• [YOUR OBJECTIVE]: Below is a listing. Write out exactly its lines between the one holding "line L4 (-27, 0) -> (-3, 0)" and the one holding "L0 L5 L6 L7", inclusive.

• [DATA EXCERPTS]:
##########

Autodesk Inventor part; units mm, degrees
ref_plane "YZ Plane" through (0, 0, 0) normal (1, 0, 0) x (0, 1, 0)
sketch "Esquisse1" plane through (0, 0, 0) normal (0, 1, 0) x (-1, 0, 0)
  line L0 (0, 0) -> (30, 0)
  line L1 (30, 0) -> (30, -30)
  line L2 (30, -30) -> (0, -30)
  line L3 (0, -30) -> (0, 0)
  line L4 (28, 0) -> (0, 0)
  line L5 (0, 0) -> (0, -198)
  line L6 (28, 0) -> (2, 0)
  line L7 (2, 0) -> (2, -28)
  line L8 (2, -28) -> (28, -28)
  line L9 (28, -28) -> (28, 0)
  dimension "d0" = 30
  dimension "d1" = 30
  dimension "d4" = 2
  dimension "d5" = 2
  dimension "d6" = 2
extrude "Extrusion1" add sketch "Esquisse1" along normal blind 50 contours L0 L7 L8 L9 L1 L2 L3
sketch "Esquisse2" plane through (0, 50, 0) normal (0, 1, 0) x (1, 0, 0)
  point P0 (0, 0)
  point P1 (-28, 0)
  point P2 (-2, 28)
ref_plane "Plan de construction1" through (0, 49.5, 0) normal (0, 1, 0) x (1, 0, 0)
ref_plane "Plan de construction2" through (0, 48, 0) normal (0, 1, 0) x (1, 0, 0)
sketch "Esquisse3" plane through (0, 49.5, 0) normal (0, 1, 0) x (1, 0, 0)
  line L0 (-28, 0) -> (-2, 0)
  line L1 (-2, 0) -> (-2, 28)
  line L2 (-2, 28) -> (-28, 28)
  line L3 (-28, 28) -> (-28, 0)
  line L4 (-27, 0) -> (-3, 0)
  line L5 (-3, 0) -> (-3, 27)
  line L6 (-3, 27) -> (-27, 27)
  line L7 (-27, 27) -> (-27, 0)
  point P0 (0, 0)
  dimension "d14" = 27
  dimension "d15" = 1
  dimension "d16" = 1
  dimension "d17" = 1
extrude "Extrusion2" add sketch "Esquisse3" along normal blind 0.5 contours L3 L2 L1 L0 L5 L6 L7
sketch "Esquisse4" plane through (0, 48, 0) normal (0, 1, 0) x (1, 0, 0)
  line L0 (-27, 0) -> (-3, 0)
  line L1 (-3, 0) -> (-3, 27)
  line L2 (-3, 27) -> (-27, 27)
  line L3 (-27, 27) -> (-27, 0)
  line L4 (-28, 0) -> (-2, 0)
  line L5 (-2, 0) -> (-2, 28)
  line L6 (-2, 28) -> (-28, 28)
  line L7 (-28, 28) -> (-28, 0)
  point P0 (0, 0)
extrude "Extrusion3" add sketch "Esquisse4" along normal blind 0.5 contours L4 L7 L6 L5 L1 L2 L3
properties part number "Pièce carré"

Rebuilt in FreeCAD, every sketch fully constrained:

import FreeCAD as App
import Part
import Sketcher
from FreeCAD import Vector
Q = App.Units.Quantity


def add_polygon(sketch, points):
    """Adds a closed chain of lines whose ends are joined by coincident constraints."""
    first, n = sketch.GeometryCount, len(points)
    for a, b in zip(points, points[1:] + points[:1]):
        sketch.addGeometry(Part.LineSegment(App.Vector(*a, 0), App.Vector(*b, 0)), False)
    for i in range(n):
        sketch.addConstraint(Sketcher.Constraint("Coincident", first + i, 2, first + (i + 1) % n, 1))

doc = App.newDocument("Part")
params = doc.addObject("Spreadsheet::Sheet", "Params")
for row, (alias, value) in enumerate([
    ("sketch1_width", "2 mm"),
    ("sketch1_width2", "30 mm"),
    ("pad1_length", "50 mm"),
    ("sketch2_width", "1 mm"),
    ("sketch2_height", "27 mm"),
    ("sketch2_width2", "24 mm"),
    ("pad2_length", "0.5 mm"),
    ("sketch3_width", "1 mm"),
    ("sketch3_width2", "24 mm"),
    ("sketch3_height", "27 mm"),
    ("sketch3_height2", "28 mm"),
    ("pad3_length", "0.5 mm"),
], start=1):
    params.set(f"A{row}", alias)
    params.set(f"B{row}", "=" + value)
    params.setAlias(f"B{row}", alias)

body = doc.addObject("PartDesign::Body", "Body")

# Sketch on XZ plane
sketch1 = doc.addObject("Sketcher::SketchObject", "Sketch")
body.addObject(sketch1)
sketch1.AttachmentSupport = (doc.XZ_Plane, [""])
sketch1.MapMode = "FlatFace"
add_polygon(sketch1, [(-2, 0), (0, 0), (0, -30), (-30, -30), (-30, 0), (-28, 0), (-28, -28), (-2, -28)])  # lines 0-7
sketch1.addConstraint(Sketcher.Constraint("Horizontal", 0))
sketch1.addConstraint(Sketcher.Constraint("Vertical", 1))
sketch1.addConstraint(Sketcher.Constraint("Horizontal", 2))
sketch1.addConstraint(Sketcher.Constraint("Vertical", 3))
sketch1.addConstraint(Sketcher.Constraint("Horizontal", 4))
sketch1.addConstraint(Sketcher.Constraint("Vertical", 5))
sketch1.addConstraint(Sketcher.Constraint("Horizontal", 6))
sketch1.addConstraint(Sketcher.Constraint("Vertical", 7))
sketch1.addConstraint(Sketcher.Constraint("Coincident", 0, 2, -1, 1))
sketch1.addConstraint(Sketcher.Constraint("PointOnObject", 3, 2, -1))
sketch1.addConstraint(Sketcher.Constraint("Equal", 0, 4))
sketch1.addConstraint(Sketcher.Constraint("Equal", 2, 1))
sketch1.addConstraint(Sketcher.Constraint("DistanceX", 0, 1, 0, 2, Q("2 mm")))
sketch1.addConstraint(Sketcher.Constraint("DistanceX", 2, 2, 2, 1, Q("30 mm")))
sketch1.addConstraint(Sketcher.Constraint("DistanceY", 2, 2, 5, 2, Q("2 mm")))
sketch1.setExpression("Constraints[20]", "Params.sketch1_width")
sketch1.setExpression("Constraints[21]", "Params.sketch1_width2")
pad1 = doc.addObject("PartDesign::Pad", "Pad")
body.addObject(pad1)
pad1.Profile = sketch1
pad1.setExpression("Length", "Params.pad1_length")
pad1.Reversed = True

# Sketch on XZ plane
sketch2 = doc.addObject("Sketcher::SketchObject", "Sketch001")
body.addObject(sketch2)
sketch2.AttachmentSupport = (doc.XZ_Plane, [""])
sketch2.MapMode = "FlatFace"
sketch2.AttachmentOffset = App.Placement(Vector(0, 0, -49.5), App.Rotation())
add_polygon(sketch2, [(-28, -28), (-28, 0), (-27, 0), (-27, -27), (-3, -27), (-3, 0), (-2, 0), (-2, -28)])  # lines 0-7
sketch2.addConstraint(Sketcher.Constraint("Vertical", 0))
sketch2.addConstraint(Sketcher.Constraint("Horizontal", 1))
sketch2.addConstraint(Sketcher.Constraint("Vertical", 2))
sketch2.addConstraint(Sketcher.Constraint("Horizontal", 3))
sketch2.addConstraint(Sketcher.Constraint("Vertical", 4))
sketch2.addConstraint(Sketcher.Constraint("Horizontal", 5))
sketch2.addConstraint(Sketcher.Constraint("Vertical", 6))
sketch2.addConstraint(Sketcher.Constraint("Horizontal", 7))
sketch2.addConstraint(Sketcher.Constraint("PointOnObject", 0, 2, -1))
sketch2.addConstraint(Sketcher.Constraint("PointOnObject", 4, 2, -1))
sketch2.addConstraint(Sketcher.Constraint("Equal", 1, 5))
sketch2.addConstraint(Sketcher.Constraint("DistanceX", 1, 1, 1, 2, Q("1 mm")))
sketch2.addConstraint(Sketcher.Constraint("DistanceY", 2, 2, 2, 1, Q("27 mm")))
sketch2.addConstraint(Sketcher.Constraint("DistanceX", 1, 2, -1, 1, Q("27 mm")))
sketch2.addConstraint(Sketcher.Constraint("DistanceY", 6, 2, 3, 2, Q("1 mm")))
sketch2.addConstraint(Sketcher.Constraint("DistanceX", 3, 1, 3, 2, Q("24 mm")))
sketch2.setExpression("Constraints[19]", "Params.sketch2_width")
sketch2.setExpression("Constraints[20]", "Params.sketch2_height")
sketch2.setExpression("Constraints[23]", "Params.sketch2_width2")
pad2 = doc.addObject("PartDesign::Pad", "Pad001")
body.addObject(pad2)
pad2.Profile = sketch2
pad2.setExpression("Length", "Params.pad2_length")
pad2.Reversed = True

# Sketch on XZ plane
sketch3 = doc.addObject("Sketcher::SketchObject", "Sketch002")
body.addObject(sketch3)
sketch3.AttachmentSupport = (doc.XZ_Plane, [""])
sketch3.MapMode = "FlatFace"
sketch3.AttachmentOffset = App.Placement(Vector(0, 0, -48), App.Rotation())
add_polygon(sketch3, [(-28, 0), (-27, 0), (-27, -27), (-3, -27), (-3, 0), (-2, 0), (-2, -28), (-28, -28)])  # lines 0-7
sketch3.addConstraint(Sketcher.Constraint("Horizontal", 0))
sketch3.addConstraint(Sketcher.Constraint("Vertical", 1))
sketch3.addConstraint(Sketcher.Constraint("Horizontal", 2))
sketch3.addConstraint(Sketcher.Constraint("Vertical", 3))
sketch3.addConstraint(Sketcher.Constraint("Horizontal", 4))
sketch3.addConstraint(Sketcher.Constraint("Vertical", 5))
sketch3.addConstraint(Sketcher.Constraint("Horizontal", 6))
sketch3.addConstraint(Sketcher.Constraint("Vertical", 7))
sketch3.addConstraint(Sketcher.Constraint("PointOnObject", 0, 2, -1))
sketch3.addConstraint(Sketcher.Constraint("PointOnObject", 3, 2, -1))
sketch3.addConstraint(Sketcher.Constraint("Equal", 0, 4))
sketch3.addConstraint(Sketcher.Constraint("DistanceX", 0, 1, 0, 2, Q("1 mm")))
sketch3.addConstraint(Sketcher.Constraint("DistanceX", 2, 1, 2, 2, Q("24 mm")))
sketch3.addConstraint(Sketcher.Constraint("DistanceY", 1, 2, 1, 1, Q("27 mm")))
sketch3.addConstraint(Sketcher.Constraint("DistanceY", 5, 2, 5, 1, Q("28 mm")))
sketch3.addConstraint(Sketcher.Constraint("DistanceX", 0, 2, -1, 1, Q("27 mm")))
sketch3.setExpression("Constraints[19]", "Params.sketch3_width")
sketch3.setExpression("Constraints[20]", "Params.sketch3_width2")
sketch3.setExpression("Constraints[21]", "Params.sketch3_height")
sketch3.setExpression("Constraints[22]", "Params.sketch3_height2")
pad3 = doc.addObject("PartDesign::Pad", "Pad002")
body.addObject(pad3)
pad3.Profile = sketch3
pad3.setExpression("Length", "Params.pad3_length")
pad3.Reversed = True

doc.recompute()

##########

• [WRITTEN RESPONSE]:
  line L4 (-27, 0) -> (-3, 0)
  line L5 (-3, 0) -> (-3, 27)
  line L6 (-3, 27) -> (-27, 27)
  line L7 (-27, 27) -> (-27, 0)
  point P0 (0, 0)
  dimension "d14" = 27
  dimension "d15" = 1
  dimension "d16" = 1
  dimension "d17" = 1
extrude "Extrusion2" add sketch "Esquisse3" along normal blind 0.5 contours L3 L2 L1 L0 L5 L6 L7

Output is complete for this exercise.